Where did this question and interest in the topic come from? Practice and observation show that shopping mall advertisements are often in the form of visualisations of a building with tenant’s logos as if e.g. Zara, Costa Coffee or McDonald’s already rented a space in a given shopping mall.

It is rather generally known that it is not admissible to use someone’s trademark 1:1 (one-to-one), without their consent, so a common advertising idea is to use modified marks in visualisations, which are not an identical copy of a popular brand, but only produce a relevant association.

Is it ok to do this? It all depends on how far-reaching the modification of someone’s trademark is. If the mark used in an advertisement is still similar to the original trademark –then we are dealing with trademark rights violation. When does such similarity occur? When an average recipient of the advertisement believes that they are still dealing with the Zara, Costa Coffee or McDonald’s brand. With respect to graphical design – we will be dealing with similarity, if the same, characteristic colours are used, and only the shapes are slightly modified.

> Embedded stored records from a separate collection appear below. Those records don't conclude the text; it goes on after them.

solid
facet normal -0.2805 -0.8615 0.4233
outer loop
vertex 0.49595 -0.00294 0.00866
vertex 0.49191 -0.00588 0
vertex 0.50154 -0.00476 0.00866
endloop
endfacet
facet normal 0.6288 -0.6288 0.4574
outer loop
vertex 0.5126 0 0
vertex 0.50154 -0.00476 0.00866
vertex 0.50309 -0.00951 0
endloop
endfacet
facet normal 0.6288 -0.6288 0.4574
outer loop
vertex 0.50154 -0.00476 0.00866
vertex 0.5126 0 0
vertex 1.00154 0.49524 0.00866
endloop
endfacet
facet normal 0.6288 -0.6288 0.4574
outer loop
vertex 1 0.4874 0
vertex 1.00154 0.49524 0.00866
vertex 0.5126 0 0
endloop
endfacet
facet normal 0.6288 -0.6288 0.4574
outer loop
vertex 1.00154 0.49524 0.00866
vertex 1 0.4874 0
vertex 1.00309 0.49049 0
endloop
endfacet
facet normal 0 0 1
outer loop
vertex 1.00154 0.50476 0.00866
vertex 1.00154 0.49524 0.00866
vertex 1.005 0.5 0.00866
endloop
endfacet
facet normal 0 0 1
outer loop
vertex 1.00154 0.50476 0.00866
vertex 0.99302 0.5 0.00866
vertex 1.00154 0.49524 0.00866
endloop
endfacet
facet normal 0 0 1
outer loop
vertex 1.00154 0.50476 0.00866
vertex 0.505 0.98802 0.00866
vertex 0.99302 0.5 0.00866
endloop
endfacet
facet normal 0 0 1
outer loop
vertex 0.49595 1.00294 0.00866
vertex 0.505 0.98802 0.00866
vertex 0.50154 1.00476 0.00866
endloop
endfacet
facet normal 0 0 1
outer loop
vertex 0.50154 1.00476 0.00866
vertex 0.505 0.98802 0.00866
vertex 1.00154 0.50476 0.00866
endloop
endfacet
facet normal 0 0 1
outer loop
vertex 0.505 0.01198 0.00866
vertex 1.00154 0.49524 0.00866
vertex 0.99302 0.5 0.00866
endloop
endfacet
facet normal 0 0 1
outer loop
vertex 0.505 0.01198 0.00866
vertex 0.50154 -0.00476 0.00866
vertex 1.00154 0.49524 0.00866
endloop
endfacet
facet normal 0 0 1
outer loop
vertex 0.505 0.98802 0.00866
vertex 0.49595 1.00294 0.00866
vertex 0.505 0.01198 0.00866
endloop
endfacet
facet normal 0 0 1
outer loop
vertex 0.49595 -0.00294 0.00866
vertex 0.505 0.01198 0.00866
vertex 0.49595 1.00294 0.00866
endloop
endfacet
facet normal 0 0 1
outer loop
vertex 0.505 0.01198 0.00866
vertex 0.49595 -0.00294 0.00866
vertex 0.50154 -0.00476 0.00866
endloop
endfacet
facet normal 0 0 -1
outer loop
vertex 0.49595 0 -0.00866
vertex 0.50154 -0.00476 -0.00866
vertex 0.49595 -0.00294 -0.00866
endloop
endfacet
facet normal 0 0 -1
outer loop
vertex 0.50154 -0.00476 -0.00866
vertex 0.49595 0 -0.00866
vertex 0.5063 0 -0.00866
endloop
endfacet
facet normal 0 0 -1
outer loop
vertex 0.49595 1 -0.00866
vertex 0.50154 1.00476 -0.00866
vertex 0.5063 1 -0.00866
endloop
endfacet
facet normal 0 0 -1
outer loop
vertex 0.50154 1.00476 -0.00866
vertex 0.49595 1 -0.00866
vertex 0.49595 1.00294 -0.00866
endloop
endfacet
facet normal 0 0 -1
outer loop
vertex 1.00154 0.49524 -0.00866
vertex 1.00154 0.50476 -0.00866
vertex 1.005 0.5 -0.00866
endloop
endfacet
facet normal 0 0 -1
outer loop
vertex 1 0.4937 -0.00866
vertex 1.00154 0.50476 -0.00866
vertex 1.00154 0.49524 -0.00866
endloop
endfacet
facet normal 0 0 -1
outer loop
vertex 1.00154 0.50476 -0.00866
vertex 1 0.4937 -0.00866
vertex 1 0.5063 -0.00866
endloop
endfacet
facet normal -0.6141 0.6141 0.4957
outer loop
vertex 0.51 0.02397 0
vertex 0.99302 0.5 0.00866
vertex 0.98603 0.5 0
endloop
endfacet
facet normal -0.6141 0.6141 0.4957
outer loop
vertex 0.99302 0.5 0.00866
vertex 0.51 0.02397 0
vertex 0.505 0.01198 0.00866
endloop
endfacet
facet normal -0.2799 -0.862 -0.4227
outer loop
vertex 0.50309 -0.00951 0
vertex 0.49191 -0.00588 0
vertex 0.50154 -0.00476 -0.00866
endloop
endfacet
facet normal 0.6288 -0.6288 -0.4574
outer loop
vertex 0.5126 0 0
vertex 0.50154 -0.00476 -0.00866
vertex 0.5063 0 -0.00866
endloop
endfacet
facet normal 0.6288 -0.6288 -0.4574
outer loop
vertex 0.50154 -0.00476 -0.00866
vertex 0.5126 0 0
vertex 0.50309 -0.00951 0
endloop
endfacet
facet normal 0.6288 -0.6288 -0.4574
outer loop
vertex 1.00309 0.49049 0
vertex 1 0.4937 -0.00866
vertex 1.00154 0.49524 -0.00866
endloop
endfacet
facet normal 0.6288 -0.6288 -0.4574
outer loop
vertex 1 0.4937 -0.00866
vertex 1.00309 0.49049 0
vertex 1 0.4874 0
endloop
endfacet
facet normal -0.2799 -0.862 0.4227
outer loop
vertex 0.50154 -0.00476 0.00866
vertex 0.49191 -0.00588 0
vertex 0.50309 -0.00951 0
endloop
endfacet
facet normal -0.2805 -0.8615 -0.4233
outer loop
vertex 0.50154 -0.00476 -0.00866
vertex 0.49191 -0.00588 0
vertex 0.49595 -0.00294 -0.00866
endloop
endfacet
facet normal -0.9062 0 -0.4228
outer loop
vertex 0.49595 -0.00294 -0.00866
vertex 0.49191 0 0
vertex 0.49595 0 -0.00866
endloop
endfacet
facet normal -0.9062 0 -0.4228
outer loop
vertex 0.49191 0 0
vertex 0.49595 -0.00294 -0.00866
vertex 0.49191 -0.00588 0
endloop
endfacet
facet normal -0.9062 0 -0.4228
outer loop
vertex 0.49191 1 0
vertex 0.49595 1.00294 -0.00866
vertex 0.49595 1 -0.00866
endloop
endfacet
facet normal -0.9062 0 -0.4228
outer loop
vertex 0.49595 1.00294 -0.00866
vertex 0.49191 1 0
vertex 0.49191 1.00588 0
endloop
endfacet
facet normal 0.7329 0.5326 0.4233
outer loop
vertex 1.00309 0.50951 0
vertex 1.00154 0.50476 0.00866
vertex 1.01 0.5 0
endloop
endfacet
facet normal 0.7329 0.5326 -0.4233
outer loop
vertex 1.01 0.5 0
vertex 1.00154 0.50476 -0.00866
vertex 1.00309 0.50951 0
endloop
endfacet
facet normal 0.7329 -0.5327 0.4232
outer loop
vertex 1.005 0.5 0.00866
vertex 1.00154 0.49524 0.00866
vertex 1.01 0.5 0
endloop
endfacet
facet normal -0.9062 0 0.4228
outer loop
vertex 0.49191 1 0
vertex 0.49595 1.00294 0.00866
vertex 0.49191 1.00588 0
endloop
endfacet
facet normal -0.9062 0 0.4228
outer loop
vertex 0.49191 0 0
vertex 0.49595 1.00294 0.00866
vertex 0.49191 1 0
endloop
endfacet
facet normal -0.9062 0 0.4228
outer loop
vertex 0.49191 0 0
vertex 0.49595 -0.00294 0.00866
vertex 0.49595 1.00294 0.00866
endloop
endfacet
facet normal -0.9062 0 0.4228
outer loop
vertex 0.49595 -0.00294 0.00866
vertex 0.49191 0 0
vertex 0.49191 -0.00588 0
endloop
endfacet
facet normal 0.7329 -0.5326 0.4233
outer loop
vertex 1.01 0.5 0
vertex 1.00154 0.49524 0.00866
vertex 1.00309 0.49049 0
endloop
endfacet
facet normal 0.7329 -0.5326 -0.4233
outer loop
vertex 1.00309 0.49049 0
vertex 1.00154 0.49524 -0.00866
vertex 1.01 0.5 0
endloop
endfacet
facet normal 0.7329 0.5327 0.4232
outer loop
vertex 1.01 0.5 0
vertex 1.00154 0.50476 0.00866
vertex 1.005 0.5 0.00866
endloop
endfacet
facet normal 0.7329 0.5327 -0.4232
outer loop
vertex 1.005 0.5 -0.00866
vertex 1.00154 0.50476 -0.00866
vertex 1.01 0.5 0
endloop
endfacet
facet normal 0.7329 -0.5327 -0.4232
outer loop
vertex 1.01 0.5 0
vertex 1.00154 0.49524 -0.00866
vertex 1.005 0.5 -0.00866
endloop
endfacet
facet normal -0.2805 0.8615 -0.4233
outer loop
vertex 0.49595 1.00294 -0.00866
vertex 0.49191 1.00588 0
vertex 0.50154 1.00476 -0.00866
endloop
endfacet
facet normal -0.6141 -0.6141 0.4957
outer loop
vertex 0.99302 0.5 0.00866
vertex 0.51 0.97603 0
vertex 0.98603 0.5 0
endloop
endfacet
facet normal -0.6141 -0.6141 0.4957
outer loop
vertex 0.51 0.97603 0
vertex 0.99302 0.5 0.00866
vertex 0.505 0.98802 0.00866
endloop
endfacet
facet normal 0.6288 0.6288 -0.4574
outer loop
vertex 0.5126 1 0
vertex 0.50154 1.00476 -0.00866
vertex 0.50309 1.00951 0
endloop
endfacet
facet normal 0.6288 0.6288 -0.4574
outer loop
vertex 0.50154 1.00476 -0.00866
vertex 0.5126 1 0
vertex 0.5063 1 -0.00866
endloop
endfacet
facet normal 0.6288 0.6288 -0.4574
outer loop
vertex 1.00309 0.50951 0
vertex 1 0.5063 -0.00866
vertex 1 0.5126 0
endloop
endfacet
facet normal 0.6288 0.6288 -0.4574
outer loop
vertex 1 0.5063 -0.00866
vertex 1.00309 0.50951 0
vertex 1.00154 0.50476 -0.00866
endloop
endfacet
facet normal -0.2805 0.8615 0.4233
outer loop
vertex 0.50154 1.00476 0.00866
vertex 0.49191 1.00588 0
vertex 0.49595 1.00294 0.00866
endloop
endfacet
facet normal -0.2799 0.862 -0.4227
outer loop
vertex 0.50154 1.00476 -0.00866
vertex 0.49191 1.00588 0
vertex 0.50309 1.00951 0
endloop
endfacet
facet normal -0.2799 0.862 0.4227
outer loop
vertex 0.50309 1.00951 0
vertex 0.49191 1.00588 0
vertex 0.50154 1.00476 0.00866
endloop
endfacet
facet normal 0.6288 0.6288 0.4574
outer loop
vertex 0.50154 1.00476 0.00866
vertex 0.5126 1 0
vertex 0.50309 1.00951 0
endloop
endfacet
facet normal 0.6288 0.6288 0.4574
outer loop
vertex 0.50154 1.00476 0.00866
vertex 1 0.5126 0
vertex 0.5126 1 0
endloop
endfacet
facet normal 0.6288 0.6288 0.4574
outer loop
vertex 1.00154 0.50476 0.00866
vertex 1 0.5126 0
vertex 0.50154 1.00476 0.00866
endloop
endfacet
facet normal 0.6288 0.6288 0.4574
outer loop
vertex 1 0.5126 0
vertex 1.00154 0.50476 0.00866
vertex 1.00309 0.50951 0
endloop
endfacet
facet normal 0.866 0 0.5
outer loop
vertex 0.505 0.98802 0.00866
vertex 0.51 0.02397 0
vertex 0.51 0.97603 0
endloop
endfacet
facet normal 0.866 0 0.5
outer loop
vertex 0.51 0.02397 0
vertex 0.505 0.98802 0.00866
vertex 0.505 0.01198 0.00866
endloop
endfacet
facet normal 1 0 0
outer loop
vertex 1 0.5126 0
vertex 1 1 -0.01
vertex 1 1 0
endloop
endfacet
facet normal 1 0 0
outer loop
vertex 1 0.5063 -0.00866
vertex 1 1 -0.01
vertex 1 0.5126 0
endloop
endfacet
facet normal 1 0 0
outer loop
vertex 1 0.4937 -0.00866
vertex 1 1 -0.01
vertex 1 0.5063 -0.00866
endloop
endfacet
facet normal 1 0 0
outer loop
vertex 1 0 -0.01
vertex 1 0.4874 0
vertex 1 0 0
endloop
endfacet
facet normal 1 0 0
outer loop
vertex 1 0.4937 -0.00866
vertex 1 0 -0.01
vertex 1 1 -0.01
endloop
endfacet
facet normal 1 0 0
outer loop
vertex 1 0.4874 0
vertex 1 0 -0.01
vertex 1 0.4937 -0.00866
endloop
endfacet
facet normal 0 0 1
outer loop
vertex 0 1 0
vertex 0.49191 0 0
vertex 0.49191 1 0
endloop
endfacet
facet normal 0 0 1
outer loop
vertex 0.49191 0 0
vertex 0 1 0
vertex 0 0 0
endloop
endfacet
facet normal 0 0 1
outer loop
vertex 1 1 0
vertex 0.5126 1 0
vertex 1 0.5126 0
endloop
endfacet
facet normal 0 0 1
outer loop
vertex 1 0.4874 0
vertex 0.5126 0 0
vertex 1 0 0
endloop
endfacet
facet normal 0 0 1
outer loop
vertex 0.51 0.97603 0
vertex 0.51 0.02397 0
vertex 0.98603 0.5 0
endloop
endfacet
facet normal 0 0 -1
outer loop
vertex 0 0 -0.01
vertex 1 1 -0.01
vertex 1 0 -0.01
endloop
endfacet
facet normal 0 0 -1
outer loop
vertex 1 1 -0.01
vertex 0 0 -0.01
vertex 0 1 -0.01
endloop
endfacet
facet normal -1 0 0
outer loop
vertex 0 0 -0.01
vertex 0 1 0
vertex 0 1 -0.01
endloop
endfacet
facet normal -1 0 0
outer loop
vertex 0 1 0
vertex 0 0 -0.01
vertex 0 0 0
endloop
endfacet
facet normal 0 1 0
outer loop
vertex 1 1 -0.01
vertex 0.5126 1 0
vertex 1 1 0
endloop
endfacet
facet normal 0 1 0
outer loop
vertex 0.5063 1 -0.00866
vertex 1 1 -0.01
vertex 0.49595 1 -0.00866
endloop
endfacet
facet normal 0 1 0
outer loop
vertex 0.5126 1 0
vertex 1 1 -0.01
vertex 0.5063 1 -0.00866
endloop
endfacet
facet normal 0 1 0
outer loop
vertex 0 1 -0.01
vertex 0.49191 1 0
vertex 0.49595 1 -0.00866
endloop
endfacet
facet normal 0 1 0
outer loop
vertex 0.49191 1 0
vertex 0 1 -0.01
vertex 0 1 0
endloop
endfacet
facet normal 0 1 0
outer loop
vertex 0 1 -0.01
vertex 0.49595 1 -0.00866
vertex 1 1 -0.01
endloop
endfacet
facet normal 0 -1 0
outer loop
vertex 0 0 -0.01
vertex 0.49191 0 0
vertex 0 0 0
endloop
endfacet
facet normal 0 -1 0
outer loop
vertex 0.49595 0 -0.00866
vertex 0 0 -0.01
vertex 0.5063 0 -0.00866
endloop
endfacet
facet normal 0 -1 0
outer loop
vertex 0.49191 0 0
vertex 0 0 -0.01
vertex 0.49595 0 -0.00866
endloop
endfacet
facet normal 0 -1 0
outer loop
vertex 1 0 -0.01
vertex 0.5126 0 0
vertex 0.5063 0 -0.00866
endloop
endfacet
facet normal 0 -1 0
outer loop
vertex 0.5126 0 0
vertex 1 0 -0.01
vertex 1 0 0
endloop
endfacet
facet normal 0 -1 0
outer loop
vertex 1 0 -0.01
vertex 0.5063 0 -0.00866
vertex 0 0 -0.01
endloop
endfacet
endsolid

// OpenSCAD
hull(){
    translate([0.5, 0.0]) sphere(0.01);
    translate([1.0, 0.5]) sphere(0.01);
}
hull(){
    translate([1.0, 0.5]) sphere(0.01);
    translate([0.5, 1.0]) sphere(0.01);
}
hull(){
    translate([0.5, 1.0]) sphere(0.01);
    translate([0.5, 0.0]) sphere(0.01);
}
translate([0,0,-0.01]) color([0.1,0.1,0.1]) cube([1,1,0.01]);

Such modification may of course be more far-reaching, so that none of the characteristic elements of a popular brand’s logo are used. If we do not use any elements of someone’s trademark, and our mark is not associated with the popular brand – then fine, we are free to use it. Experience shows however that the very essence of this advertising idea is to produce some associations or resort to some similarity to the popular brand. After all such associations are the heart of the entire idea! If it were not necessary to create an association with a popular brand – it would be possible to create a new logo of a made-up brand for the purposes of advertising.

I believe that use of marks which produce associations with logos of popular brands in advertising will always be connected with a legal risk. Even if such use is not considered to constitute use of a mark similar to a popular (renowned) trademark – because the graphical similarity is not that significant, the owner of the brand can still be succoured by the act on combating unfair competition. Such use may be considered an instance of the so-called parasitism and taking unauthorised advantage of a brand (and not only a logotype).

How does it look in practice?

The law says one thing, the business does another. If a brand owner believes that trademarks used in a shopping mall advertisement violate his rights – he may among others demand that dissemination of the advertisement ceases and damages are paid to him (he can potentially bring such claims to court). However, the question is, whether this will not be additional advertising for the brand owner, and whether such an advertisement will bring detriment to any of his interests? I believe that most often the answer is no, so probably the actual risk of using someone’s marks (i.e. similar marks) in advertisements of this kind is smaller than the legal risk (although it is still present!).

What could be more frequent are claims of competitors (other shopping malls) based on the contention that an advertising is misleading – “since this is not your real tenant, do not advertise yourself as if it were”.

Summing up, in shopping mall advertising one should never use trademarks producing associations with logos of popular brands (without their consent) – this is always connected with a risk.